In video surveillance, to critically assure public safety, hundreds and thousands of surveillance cameras are deployed within cities, but it is almost impossible to manually monitor all cameras to keep an eye on violent activities. Rather, there is a significant requirement for developing automated video surveillance systems to automatically track and monitor such activities.
- LRCN (CNN + LSTM) [Long-term Recurrent Convolutional Network]
- ConvLSTM [Convolutional Long short term memory]
ConvLSTM is a variant of LSTM (Long Short-Term Memory) containing a convolution operation inside the LSTM cell. Both the models are a special kind of RNN, capable of learning long-term dependencies.
ConvLSTM replaces matrix multiplication with convolution operation at each gate in the LSTM cell. By doing so, it captures underlying spatial features by convolution operations in multiple-dimensional data.
The main difference between ConvLSTM and LSTM is the number of input dimensions. As LSTM input data is one-dimensional, it is not suitable for spatial sequence data such as video, satellite, radar image data set. ConvLSTM is designed for 3-D data as its input.
A CNN-LSTM is an integration of a CNN (Convolutional layers) with an LSTM. First, the CNN part of the model process the data and one-dimensional result feed an LSTM model.
Flowchart of carma
Demo Video of Carma
Demo.mp4
Explanation
The video which has to be classified will be fed into the site of carma. The LRCN model is run on it and the output will be downloaded, which is the labelled version of the input video, being classified into fight/no-fight.
Accuracy Achieved 73.33% using LRCN 64.57% using ConvLSTM
Future Enhancements
• We will connect our model to a cctv system for realtime violence detection.
• We are going to build a notification system that will send a ping to the app whenever it detection any sort of crime.
• The location should also get updated on the map without any delay so that the police can get to know where the crime is happening.

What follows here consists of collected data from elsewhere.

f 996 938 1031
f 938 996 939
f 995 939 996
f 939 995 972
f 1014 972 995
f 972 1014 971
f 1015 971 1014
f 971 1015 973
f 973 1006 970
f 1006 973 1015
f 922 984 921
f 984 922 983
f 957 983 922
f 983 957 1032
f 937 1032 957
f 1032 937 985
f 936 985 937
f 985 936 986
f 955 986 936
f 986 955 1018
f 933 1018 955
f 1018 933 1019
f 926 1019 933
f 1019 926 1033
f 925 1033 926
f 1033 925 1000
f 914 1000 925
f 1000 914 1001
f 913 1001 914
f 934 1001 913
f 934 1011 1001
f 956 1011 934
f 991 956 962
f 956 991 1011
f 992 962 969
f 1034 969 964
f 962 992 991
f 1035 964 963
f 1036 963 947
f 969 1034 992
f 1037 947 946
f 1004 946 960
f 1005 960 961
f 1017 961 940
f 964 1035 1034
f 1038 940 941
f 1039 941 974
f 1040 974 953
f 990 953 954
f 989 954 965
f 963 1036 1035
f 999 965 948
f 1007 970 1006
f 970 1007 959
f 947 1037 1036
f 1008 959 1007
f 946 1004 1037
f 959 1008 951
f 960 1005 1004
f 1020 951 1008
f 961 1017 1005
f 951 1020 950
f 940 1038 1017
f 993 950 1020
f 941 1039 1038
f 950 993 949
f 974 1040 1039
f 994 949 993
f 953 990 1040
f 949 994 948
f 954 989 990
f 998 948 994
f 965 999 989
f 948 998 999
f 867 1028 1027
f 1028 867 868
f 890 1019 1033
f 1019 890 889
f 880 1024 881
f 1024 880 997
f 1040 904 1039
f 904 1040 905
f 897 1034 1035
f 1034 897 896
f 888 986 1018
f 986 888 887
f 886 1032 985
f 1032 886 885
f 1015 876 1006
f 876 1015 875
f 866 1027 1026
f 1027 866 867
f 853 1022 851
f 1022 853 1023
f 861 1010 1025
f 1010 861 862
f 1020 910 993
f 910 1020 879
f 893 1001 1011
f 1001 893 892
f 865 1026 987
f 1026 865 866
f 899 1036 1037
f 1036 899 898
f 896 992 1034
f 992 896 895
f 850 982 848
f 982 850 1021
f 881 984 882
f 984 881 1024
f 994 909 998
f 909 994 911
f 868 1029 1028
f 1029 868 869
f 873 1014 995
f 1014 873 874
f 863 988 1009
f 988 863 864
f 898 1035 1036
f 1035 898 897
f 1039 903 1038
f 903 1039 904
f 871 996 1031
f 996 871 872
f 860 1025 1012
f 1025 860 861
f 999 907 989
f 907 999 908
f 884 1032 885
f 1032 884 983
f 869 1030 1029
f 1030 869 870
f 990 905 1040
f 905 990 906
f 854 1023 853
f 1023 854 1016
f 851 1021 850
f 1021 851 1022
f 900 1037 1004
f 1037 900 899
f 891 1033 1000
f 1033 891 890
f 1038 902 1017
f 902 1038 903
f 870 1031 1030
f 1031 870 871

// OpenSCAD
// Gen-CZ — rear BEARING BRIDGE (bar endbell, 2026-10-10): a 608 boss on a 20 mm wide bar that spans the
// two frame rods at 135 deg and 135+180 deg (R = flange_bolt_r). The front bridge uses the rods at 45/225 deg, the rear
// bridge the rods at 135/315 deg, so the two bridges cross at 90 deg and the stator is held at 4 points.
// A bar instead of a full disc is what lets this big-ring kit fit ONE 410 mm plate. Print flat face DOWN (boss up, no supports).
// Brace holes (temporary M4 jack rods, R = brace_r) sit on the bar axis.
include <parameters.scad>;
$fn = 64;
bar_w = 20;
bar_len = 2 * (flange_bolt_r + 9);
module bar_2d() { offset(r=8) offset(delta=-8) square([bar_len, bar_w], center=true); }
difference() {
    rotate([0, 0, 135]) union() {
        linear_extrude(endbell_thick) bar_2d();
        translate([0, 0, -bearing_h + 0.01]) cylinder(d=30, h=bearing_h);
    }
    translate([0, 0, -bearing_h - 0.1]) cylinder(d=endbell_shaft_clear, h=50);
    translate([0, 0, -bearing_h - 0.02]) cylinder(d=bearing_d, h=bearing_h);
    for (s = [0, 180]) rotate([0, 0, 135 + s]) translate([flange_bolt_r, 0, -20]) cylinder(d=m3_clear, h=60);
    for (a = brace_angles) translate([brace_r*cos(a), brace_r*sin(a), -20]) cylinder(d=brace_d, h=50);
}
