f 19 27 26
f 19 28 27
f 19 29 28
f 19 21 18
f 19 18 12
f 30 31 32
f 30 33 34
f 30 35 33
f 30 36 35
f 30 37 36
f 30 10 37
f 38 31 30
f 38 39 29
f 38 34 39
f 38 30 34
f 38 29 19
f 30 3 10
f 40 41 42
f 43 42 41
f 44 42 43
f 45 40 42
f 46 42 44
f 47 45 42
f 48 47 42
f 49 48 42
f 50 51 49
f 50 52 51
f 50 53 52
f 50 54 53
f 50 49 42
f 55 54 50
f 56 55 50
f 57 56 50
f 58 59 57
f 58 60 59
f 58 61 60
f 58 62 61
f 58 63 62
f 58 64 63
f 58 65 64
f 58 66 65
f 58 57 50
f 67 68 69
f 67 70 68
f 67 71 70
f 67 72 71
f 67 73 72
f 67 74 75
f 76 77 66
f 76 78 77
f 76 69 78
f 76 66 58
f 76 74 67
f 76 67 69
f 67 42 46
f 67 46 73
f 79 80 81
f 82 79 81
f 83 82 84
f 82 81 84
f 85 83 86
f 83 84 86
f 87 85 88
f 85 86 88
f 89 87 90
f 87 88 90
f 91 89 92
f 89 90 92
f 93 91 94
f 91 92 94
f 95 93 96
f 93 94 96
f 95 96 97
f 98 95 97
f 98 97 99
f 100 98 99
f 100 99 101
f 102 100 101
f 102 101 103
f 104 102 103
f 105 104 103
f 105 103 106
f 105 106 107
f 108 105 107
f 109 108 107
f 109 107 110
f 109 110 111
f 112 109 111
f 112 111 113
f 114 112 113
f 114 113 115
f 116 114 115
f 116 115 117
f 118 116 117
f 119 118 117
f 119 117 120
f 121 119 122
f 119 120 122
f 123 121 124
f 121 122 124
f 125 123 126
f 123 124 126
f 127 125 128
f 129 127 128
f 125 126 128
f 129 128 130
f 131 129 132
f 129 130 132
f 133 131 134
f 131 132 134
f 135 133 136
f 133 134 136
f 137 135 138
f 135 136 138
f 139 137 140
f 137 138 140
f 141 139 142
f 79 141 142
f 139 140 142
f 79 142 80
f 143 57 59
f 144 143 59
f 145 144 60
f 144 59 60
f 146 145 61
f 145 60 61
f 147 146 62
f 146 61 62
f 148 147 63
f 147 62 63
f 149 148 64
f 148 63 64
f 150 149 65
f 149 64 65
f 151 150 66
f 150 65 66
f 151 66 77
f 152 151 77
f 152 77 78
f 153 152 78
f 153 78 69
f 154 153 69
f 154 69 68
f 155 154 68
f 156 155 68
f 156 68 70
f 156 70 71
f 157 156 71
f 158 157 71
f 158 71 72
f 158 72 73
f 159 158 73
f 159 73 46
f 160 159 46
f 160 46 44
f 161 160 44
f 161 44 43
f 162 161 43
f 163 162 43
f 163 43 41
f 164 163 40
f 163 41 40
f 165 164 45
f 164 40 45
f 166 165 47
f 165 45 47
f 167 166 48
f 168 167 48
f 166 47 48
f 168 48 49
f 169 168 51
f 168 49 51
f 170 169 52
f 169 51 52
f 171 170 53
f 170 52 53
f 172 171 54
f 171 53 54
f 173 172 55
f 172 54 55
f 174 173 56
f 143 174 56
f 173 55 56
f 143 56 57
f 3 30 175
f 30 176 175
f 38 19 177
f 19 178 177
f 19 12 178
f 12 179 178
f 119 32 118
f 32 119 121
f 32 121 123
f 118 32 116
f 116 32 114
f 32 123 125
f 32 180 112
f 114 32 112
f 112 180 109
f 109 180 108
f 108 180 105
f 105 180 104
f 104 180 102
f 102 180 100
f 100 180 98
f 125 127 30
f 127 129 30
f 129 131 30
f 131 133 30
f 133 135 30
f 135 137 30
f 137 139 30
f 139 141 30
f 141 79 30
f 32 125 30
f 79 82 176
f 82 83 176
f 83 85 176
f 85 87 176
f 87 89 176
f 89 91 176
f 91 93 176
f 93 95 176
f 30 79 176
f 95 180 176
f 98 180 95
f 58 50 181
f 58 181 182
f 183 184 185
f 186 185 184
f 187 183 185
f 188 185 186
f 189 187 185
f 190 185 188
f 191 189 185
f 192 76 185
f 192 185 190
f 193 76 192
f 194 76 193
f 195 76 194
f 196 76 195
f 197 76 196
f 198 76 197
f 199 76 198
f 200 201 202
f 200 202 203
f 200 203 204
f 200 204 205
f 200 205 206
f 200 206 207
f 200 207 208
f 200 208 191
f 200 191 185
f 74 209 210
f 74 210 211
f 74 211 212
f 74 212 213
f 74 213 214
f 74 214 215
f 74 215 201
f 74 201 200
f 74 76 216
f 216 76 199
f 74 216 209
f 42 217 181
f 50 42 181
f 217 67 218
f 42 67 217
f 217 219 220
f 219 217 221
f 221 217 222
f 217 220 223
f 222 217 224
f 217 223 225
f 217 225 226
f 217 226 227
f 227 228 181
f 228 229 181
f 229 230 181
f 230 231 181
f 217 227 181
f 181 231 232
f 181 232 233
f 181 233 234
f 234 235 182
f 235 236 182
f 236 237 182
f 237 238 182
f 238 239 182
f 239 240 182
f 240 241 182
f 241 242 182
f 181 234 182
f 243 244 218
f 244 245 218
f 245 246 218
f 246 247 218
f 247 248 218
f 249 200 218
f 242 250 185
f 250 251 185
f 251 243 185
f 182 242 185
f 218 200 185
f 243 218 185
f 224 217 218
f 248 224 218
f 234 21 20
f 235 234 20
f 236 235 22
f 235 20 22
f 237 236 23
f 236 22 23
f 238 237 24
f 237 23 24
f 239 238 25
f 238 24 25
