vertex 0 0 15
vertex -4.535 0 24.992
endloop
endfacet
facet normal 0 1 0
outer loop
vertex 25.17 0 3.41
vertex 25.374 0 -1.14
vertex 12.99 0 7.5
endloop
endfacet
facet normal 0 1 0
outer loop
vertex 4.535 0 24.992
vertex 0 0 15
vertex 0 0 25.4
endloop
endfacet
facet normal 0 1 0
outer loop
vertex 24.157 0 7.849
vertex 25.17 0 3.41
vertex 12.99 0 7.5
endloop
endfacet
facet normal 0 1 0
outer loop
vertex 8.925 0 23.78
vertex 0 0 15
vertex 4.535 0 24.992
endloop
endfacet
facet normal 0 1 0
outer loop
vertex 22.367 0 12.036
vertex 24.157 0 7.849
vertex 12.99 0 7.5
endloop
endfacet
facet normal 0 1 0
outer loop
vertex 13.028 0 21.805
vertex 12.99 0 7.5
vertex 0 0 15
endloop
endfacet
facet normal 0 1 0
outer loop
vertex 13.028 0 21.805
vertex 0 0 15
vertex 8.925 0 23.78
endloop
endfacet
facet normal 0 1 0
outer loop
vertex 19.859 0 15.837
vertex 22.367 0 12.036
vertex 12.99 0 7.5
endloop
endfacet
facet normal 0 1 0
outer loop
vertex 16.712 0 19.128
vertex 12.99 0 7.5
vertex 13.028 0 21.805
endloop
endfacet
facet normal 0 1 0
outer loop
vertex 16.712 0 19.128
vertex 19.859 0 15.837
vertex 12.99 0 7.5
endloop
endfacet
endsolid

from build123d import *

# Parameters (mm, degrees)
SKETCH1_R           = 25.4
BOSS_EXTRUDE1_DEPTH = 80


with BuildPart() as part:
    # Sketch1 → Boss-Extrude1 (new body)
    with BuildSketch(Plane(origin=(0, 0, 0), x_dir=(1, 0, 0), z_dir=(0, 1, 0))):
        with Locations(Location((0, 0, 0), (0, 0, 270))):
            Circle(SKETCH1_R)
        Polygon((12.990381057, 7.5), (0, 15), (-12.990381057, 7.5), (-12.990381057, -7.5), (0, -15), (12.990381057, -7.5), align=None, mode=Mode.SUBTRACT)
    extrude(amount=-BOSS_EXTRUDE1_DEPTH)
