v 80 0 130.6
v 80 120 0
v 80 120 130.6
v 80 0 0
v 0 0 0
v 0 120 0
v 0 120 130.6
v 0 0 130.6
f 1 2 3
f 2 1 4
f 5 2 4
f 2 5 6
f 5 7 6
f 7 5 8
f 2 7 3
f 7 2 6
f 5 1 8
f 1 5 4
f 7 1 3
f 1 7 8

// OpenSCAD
// Architectural thermal visualization; dimensions are scaled.
color([0.0315,0,0.9685,0.75]) translate([0,0,0.00000]) cube([80.00000,120.00000,18.00000]);
color([0.4048,0,0.5952,0.75]) translate([0,0,18.00000]) cube([80.00000,120.00000,10.00000]);
color([0.4039,0,0.5961,0.75]) translate([0,0,28.00000]) cube([80.00000,120.00000,10.00000]);
color([0.3957,0,0.6043,0.75]) translate([0,0,38.00000]) cube([80.00000,120.00000,1.50000]);
color([0.3848,0,0.6152,0.75]) translate([0,0,39.50000]) cube([80.00000,120.00000,3.20000]);
color([0.3726,0,0.6274,0.75]) translate([0,0,42.70000]) cube([80.00000,120.00000,1.50000]);
color([0.3568,0,0.6432,0.75]) translate([0,0,44.20000]) cube([80.00000,120.00000,3.20000]);
color([0.3404,0,0.6596,0.75]) translate([0,0,47.40000]) cube([80.00000,120.00000,1.50000]);
color([0.3208,0,0.6792,0.75]) translate([0,0,48.90000]) cube([80.00000,120.00000,3.20000]);
color([0.3013,0,0.6987,0.75]) translate([0,0,52.10000]) cube([80.00000,120.00000,1.50000]);
color([0.2794,0,0.7206,0.75]) translate([0,0,53.60000]) cube([80.00000,120.00000,3.20000]);
color([0.2584,0,0.7416,0.75]) translate([0,0,56.80000]) cube([80.00000,120.00000,1.50000]);
color([0.2879,0,0.7121,0.75]) translate([0,0,58.30000]) cube([80.00000,120.00000,3.20000]);
color([0.3794,0,0.6206,0.75]) translate([0,0,61.50000]) cube([80.00000,120.00000,1.50000]);
color([0.4727,0,0.5273,0.75]) translate([0,0,63.00000]) cube([80.00000,120.00000,3.20000]);
color([0.6126,0,0.3874,0.75]) translate([0,0,66.20000]) cube([80.00000,120.00000,1.50000]);
color([0.7421,0,0.2579,0.75]) translate([0,0,67.70000]) cube([80.00000,120.00000,3.20000]);
color([0.9092,0,0.0908,0.75]) translate([0,0,70.90000]) cube([80.00000,120.00000,1.50000]);
color([1.0000,0,0.0000,0.75]) translate([0,0,72.40000]) cube([80.00000,120.00000,3.20000]);
color([0.6447,0,0.3553,0.75]) translate([0,0,75.60000]) cube([80.00000,120.00000,5.00000]);
color([0.0315,0,0.9685,0.75]) translate([0,0,80.60000]) cube([80.00000,120.00000,50.00000]);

• Our app will also have a reporting feature so that the public can report any crime they have witnessed to the police and a cctv camera can be setup at that particular location.
References
Ş. Aktı, G.A. Tataroğlu, H.K. Ekenel, “Vision-based Fight Detection from Surveillance Cameras”, IEEE/EURASIP 9th International Conference on Image Processing Theory, Tools and Applications, Istanbul, Turkey, November 2019.